In our analysis we will also refer to the notions horizontal and vertical mathematisation, as conceptualised within Realistic Mathematics Education (RME; e.g., Treffers 1987), where the former models realistic situations by way of mathematical principles and symbols, while the latter reorganizes the mathematical knowledge itself. Here horizontal mathematisation involves a weak (external) classification of the mathematical knowledge, while the classification is strong in the case of vertical mathematisation.
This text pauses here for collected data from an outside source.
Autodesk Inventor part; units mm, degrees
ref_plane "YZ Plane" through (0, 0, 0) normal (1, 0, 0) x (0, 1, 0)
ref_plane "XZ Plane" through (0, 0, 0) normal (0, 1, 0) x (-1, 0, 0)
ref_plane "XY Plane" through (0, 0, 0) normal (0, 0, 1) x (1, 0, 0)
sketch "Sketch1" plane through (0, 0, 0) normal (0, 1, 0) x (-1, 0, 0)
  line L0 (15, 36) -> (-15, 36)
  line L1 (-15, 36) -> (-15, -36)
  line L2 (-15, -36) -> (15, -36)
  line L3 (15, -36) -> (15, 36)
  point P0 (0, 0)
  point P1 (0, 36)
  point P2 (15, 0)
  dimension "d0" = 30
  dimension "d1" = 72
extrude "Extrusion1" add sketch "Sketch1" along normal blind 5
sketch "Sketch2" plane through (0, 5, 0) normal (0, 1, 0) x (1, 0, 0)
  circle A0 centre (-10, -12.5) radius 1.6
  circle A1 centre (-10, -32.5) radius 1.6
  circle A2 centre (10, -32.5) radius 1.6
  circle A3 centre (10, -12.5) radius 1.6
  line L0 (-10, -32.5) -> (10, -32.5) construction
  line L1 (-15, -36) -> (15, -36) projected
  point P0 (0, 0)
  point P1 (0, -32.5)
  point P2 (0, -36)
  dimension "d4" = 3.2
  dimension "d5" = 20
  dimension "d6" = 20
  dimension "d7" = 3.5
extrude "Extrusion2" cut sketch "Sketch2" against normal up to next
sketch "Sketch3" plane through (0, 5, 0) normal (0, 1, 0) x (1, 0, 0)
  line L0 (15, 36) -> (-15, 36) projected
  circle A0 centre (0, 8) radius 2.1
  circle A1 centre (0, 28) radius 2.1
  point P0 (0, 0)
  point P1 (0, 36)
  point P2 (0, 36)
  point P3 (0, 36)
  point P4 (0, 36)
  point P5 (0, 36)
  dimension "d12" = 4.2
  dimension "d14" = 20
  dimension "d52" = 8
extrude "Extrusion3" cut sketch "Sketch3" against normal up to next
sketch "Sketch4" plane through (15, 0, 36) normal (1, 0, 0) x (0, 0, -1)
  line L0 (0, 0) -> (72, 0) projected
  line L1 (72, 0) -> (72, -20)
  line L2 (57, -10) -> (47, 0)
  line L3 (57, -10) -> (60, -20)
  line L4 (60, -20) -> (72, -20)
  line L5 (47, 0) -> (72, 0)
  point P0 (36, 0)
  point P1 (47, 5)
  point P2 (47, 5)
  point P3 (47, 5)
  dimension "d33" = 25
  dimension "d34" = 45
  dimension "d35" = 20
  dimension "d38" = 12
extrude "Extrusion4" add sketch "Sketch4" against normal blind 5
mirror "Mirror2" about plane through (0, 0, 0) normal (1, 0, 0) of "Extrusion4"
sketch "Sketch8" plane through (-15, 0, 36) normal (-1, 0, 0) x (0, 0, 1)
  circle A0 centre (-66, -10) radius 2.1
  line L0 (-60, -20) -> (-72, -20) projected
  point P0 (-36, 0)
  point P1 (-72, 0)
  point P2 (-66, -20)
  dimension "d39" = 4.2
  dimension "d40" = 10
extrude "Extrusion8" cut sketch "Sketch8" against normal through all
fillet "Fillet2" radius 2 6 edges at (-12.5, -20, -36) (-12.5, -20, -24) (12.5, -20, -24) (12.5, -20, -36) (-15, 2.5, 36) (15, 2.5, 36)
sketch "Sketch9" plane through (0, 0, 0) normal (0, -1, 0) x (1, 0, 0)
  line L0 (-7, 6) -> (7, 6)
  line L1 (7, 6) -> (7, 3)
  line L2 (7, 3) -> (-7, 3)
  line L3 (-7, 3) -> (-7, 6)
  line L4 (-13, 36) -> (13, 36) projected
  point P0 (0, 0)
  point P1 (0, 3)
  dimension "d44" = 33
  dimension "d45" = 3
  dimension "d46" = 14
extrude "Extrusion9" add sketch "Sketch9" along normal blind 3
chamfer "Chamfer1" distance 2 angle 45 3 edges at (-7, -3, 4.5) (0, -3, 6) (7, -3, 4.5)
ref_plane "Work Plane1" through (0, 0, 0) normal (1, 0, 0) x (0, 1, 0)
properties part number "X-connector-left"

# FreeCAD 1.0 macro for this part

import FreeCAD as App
import Part
import Sketcher

V = App.Vector
Q = App.Units.Quantity


def edges_at(feature, points):
    """Names of the edges that pass closest to the given points."""
    edges = feature.Shape.Edges
    near = lambda p: min(range(len(edges)), key=lambda i: edges[i].distToShape(Part.Vertex(*p))[0])
    return sorted({f"Edge{near(p) + 1}" for p in points})

doc = App.newDocument("Part")
body = doc.addObject("PartDesign::Body", "Body")

# Sketch on XZ plane
sketch1 = body.newObject("Sketcher::SketchObject", "Sketch")
sketch1.AttachmentSupport = (doc.getObject("XZ_Plane"), [""])
sketch1.MapMode = "FlatFace"
sketch1.addGeometry(Part.LineSegment(V(-15, -36, 0), V(-15, 36, 0)), False)
sketch1.addGeometry(Part.LineSegment(V(-15, 36, 0), V(15, 36, 0)), False)
sketch1.addGeometry(Part.LineSegment(V(15, 36, 0), V(15, -36, 0)), False)
sketch1.addGeometry(Part.LineSegment(V(15, -36, 0), V(-15, -36, 0)), False)
sketch1.addConstraint(Sketcher.Constraint("Coincident", 0, 2, 1, 1))
sketch1.addConstraint(Sketcher.Constraint("Coincident", 1, 2, 2, 1))
sketch1.addConstraint(Sketcher.Constraint("Coincident", 2, 2, 3, 1))
sketch1.addConstraint(Sketcher.Constraint("Coincident", 3, 2, 0, 1))
sketch1.addConstraint(Sketcher.Constraint("Vertical", 0))
sketch1.addConstraint(Sketcher.Constraint("Horizontal", 1))
sketch1.addConstraint(Sketcher.Constraint("Vertical", 2))
sketch1.addConstraint(Sketcher.Constraint("Horizontal", 3))
sketch1.addConstraint(Sketcher.Constraint("Symmetric", 0, 2, 2, 2, -1, 1))
sketch1.addConstraint(Sketcher.Constraint("DistanceX", 1, 1, 1, 2, Q("30 mm")))
sketch1.addConstraint(Sketcher.Constraint("DistanceY", 0, 1, 0, 2, Q("72 mm")))
pad1 = body.newObject("PartDesign::Pad", "Pad")
pad1.Profile = sketch1
pad1.Length = 5
pad1.Reversed = True

# Sketch on XZ plane
sketch2 = body.newObject("Sketcher::SketchObject", "Sketch001")
sketch2.AttachmentSupport = (doc.getObject("XZ_Plane"), [""])
sketch2.MapMode = "FlatFace"
sketch2.AttachmentOffset = App.Placement(V(0, 0, -5), App.Rotation())
sketch2.addGeometry(Part.Circle(V(-10, 12.5, 0), V(0, 0, 1), 1.6), False)
sketch2.addGeometry(Part.Circle(V(-10, 32.5, 0), V(0, 0, 1), 1.6), False)
sketch2.addGeometry(Part.Circle(V(10, 32.5, 0), V(0, 0, 1), 1.6), False)
sketch2.addGeometry(Part.Circle(V(10, 12.5, 0), V(0, 0, 1), 1.6), False)
sketch2.addConstraint(Sketcher.Constraint("Equal", 0, 1))
sketch2.addConstraint(Sketcher.Constraint("Equal", 1, 2))
sketch2.addConstraint(Sketcher.Constraint("Equal", 2, 3))
sketch2.addConstraint(Sketcher.Constraint("Symmetric", 1, 3, 2, 3, -2))
sketch2.addConstraint(Sketcher.Constraint("Symmetric", 0, 3, 3, 3, -2))
sketch2.addConstraint(Sketcher.Constraint("Vertical", 0, 3, 1, 3))
sketch2.addConstraint(Sketcher.Constraint("Diameter", 0, Q("3.2 mm")))
sketch2.addConstraint(Sketcher.Constraint("DistanceY", 0, 3, 1, 3, Q("20 mm")))
sketch2.addConstraint(Sketcher.Constraint("DistanceX", 1, 3, 2, 3, Q("20 mm")))
sketch2.addConstraint(Sketcher.Constraint("DistanceY", -1, 1, 0, 3, Q("12.5 mm")))
pocket1 = body.newObject("PartDesign::Pocket", "Pocket")
pocket1.Profile = sketch2
pocket1.Type = "UpToFirst"
pocket1.Reversed = True

# Sketch on XZ plane
sketch3 = body.newObject("Sketcher::SketchObject", "Sketch002")
sketch3.AttachmentSupport = (doc.getObject("XZ_Plane"), [""])
sketch3.MapMode = "FlatFace"
sketch3.AttachmentOffset = App.Placement(V(0, 0, -5), App.Rotation())
sketch3.addGeometry(Part.Circle(V(0, -8, 0), V(0, 0, 1), 2.1), False)
sketch3.addGeometry(Part.Circle(V(0, -28, 0), V(0, 0, 1), 2.1), False)
sketch3.addConstraint(Sketcher.Constraint("Equal", 0, 1))
sketch3.addConstraint(Sketcher.Constraint("PointOnObject", 0, 3, -2))
sketch3.addConstraint(Sketcher.Constraint("PointOnObject", 1, 3, -2))
sketch3.addConstraint(Sketcher.Constraint("Diameter", 0, Q("4.2 mm")))
sketch3.addConstraint(Sketcher.Constraint("DistanceY", 0, 3, -1, 1, Q("8 mm")))
sketch3.addConstraint(Sketcher.Constraint("DistanceY", 1, 3, 0, 3, Q("20 mm")))
pocket2 = body.newObject("PartDesign::Pocket", "Pocket001")
pocket2.Profile = sketch3
pocket2.Type = "UpToFirst"
pocket2.Reversed = True

# Sketch on YZ plane
sketch4 = body.newObject("Sketcher::SketchObject", "Sketch003")
sketch4.AttachmentSupport = (doc.getObject("YZ_Plane"), [""])
sketch4.MapMode = "FlatFace"
sketch4.AttachmentOffset = App.Placement(V(0, 0, 15), App.Rotation())
sketch4.addGeometry(Part.LineSegment(V(0, -36, 0), V(0, -11, 0)), False)
sketch4.addGeometry(Part.LineSegment(V(0, -11, 0), V(-10, -21, 0)), False)
sketch4.addGeometry(Part.LineSegment(V(-10, -21, 0), V(-20, -24, 0)), False)
sketch4.addGeometry(Part.LineSegment(V(-20, -24, 0), V(-20, -36, 0)), False)
sketch4.addGeometry(Part.LineSegment(V(-20, -36, 0), V(0, -36, 0)), False)
sketch4.addConstraint(Sketcher.Constraint("Coincident", 0, 2, 1, 1))
sketch4.addConstraint(Sketcher.Constraint("Coincident", 1, 2, 2, 1))
sketch4.addConstraint(Sketcher.Constraint("Coincident", 2, 2, 3, 1))
sketch4.addConstraint(Sketcher.Constraint("Coincident", 3, 2, 4, 1))
sketch4.addConstraint(Sketcher.Constraint("Coincident", 4, 2, 0, 1))
sketch4.addConstraint(Sketcher.Constraint("Vertical", 0))
sketch4.addConstraint(Sketcher.Constraint("Vertical", 3))
sketch4.addConstraint(Sketcher.Constraint("Horizontal", 4))
sketch4.addConstraint(Sketcher.Constraint("PointOnObject", 0, 2, -2))
sketch4.addConstraint(Sketcher.Constraint("DistanceX", 4, 1, 4, 2, Q("20 mm")))
sketch4.addConstraint(Sketcher.Constraint("DistanceY", 0, 1, 0, 2, Q("25 mm")))
sketch4.addConstraint(Sketcher.Constraint("DistanceY", 3, 2, 3, 1, Q("12 mm")))
sketch4.addConstraint(Sketcher.Constraint("Angle", 1, Q("-135 deg")))
sketch4.addConstraint(Sketcher.Constraint("DistanceY", 0, 2, -1, 1, Q("11 mm")))
sketch4.addConstraint(Sketcher.Constraint("DistanceX", 1, 2, -1, 1, Q("10 mm")))
pad2 = body.newObject("PartDesign::Pad", "Pad001")
pad2.Profile = sketch4
pad2.Length = 5
pad2.Reversed = True
doc.recompute()

mirrored = body.newObject("PartDesign::Mirrored", "Mirrored")
mirrored.Originals = [pad2]
mirrored.MirrorPlane = (doc.getObject("YZ_Plane"), [""])
body.Tip = mirrored

# Sketch on YZ plane
sketch5 = body.newObject("Sketcher::SketchObject", "Sketch004")
sketch5.AttachmentSupport = (doc.getObject("YZ_Plane"), [""])
sketch5.MapMode = "FlatFace"
sketch5.AttachmentOffset = App.Placement(V(0, 0, -15), App.Rotation())
sketch5.addGeometry(Part.Circle(V(-10, -30, 0), V(0, 0, 1), 2.1), False)
sketch5.addConstraint(Sketcher.Constraint("Diameter", 0, Q("4.2 mm")))
sketch5.addConstraint(Sketcher.Constraint("DistanceX", 0, 3, -1, 1, Q("10 mm")))
sketch5.addConstraint(Sketcher.Constraint("DistanceY", 0, 3, -1, 1, Q("30 mm")))
pocket3 = body.newObject("PartDesign::Pocket", "Pocket002")
pocket3.Profile = sketch5
pocket3.Type = "ThroughAll"
pocket3.Reversed = True
doc.recompute()

fillet = body.newObject("PartDesign::Fillet", "Fillet")
fillet.Base = (pocket3, edges_at(pocket3, [
    (-12.5, -20, -36),
    (-12.5, -20, -24),
    (12.5, -20, -24),
    (12.5, -20, -36),
    (-15, 2.5, 36),
    (15, 2.5, 36),
]))
fillet.Radius = 2

# Sketch on XZ plane
sketch6 = body.newObject("Sketcher::SketchObject", "Sketch005")
sketch6.AttachmentSupport = (doc.getObject("XZ_Plane"), [""])
sketch6.MapMode = "FlatFace"
sketch6.addGeometry(Part.LineSegment(V(7, 6, 0), V(-7, 6, 0)), False)
sketch6.addGeometry(Part.LineSegment(V(-7, 6, 0), V(-7, 3, 0)), False)
sketch6.addGeometry(Part.LineSegment(V(-7, 3, 0), V(7, 3, 0)), False)
sketch6.addGeometry(Part.LineSegment(V(7, 3, 0), V(7, 6, 0)), False)
sketch6.addConstraint(Sketcher.Constraint("Coincident", 0, 2, 1, 1))
sketch6.addConstraint(Sketcher.Constraint("Coincident", 1, 2, 2, 1))
sketch6.addConstraint(Sketcher.Constraint("Coincident", 2, 2, 3, 1))
sketch6.addConstraint(Sketcher.Constraint("Coincident", 3, 2, 0, 1))
sketch6.addConstraint(Sketcher.Constraint("Horizontal", 0))
sketch6.addConstraint(Sketcher.Constraint("Vertical", 1))
sketch6.addConstraint(Sketcher.Constraint("Horizontal", 2))
sketch6.addConstraint(Sketcher.Constraint("Vertical", 3))
sketch6.addConstraint(Sketcher.Constraint("DistanceX", 0, 2, 0, 1, Q("14 mm")))
sketch6.addConstraint(Sketcher.Constraint("DistanceY", 1, 2, 1, 1, Q("3 mm")))
sketch6.addConstraint(Sketcher.Constraint("DistanceY", -1, 1, 1, 2, Q("3 mm")))
sketch6.addConstraint(Sketcher.Constraint("DistanceX", 0, 2, -1, 1, Q("7 mm")))
pad3 = body.newObject("PartDesign::Pad", "Pad002")
pad3.Profile = sketch6
pad3.Length = 3
doc.recompute()

chamfer = body.newObject("PartDesign::Chamfer", "Chamfer")
chamfer.Base = (pad3, edges_at(pad3, [(-7, -3, 4.5), (0, -3, 6), (7, -3, 4.5)]))
chamfer.Size = 2

doc.recompute()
For the design of the STEM seminar and the organisation of our discussion of twenty-first century skills in STEM education we drew on the four “groups” or categories of twenty-first century skills employed by Binkley et al. (2012, p. 36): ways of thinking (creativity and innovation; critical thinking, problem-solving, decision-making; learning to learn, metacognition), ways of working (communication; collaboration), tools for working (information literacy; ICT literacy), and skills for living in the world (citizenship; life and career; personal and social responsibility).
3.2 The STEM seminar
the systematic analysis, design and evaluation of educational interventions with the dual aim of generating research-based solutions for complex problems in educational practice, and advancing our knowledge about the characteristics of these interventions and the processes of designing and developing them. (Plomp 2013, p. 16).
The seminar was part of a regular course in mathematics education within a teacher education programme at a major Swedish university. The course integrates didactic theory and teaching practice, including topics such as lesson plans and assessment, comprising nine seminars (sessions) during 3 weeks, and 5 weeks of practicum. The STEM seminar took place in the ninth session attended by 20 pre-service secondary mathematics teachers. Due to institutional constraints no more seminar time was available within this course for focusing on one specific didactical theme such as STEM education. As work was required also before and after the seminar their actual time spent on the topic went far beyond the 90 min of attending the session. On the occasion of the seminar, the participants had attended the teacher education programme for two and a half years, of which at least one year had been allocated to undergraduate courses of mathematics (e.g., calculus and linear algebra) and mathematics education. They had also taken general education courses addressing issues such as classroom management and diversity, including for example student-questions, students presenting results and the role of whole class discussions for the institutionalisation of knowledge.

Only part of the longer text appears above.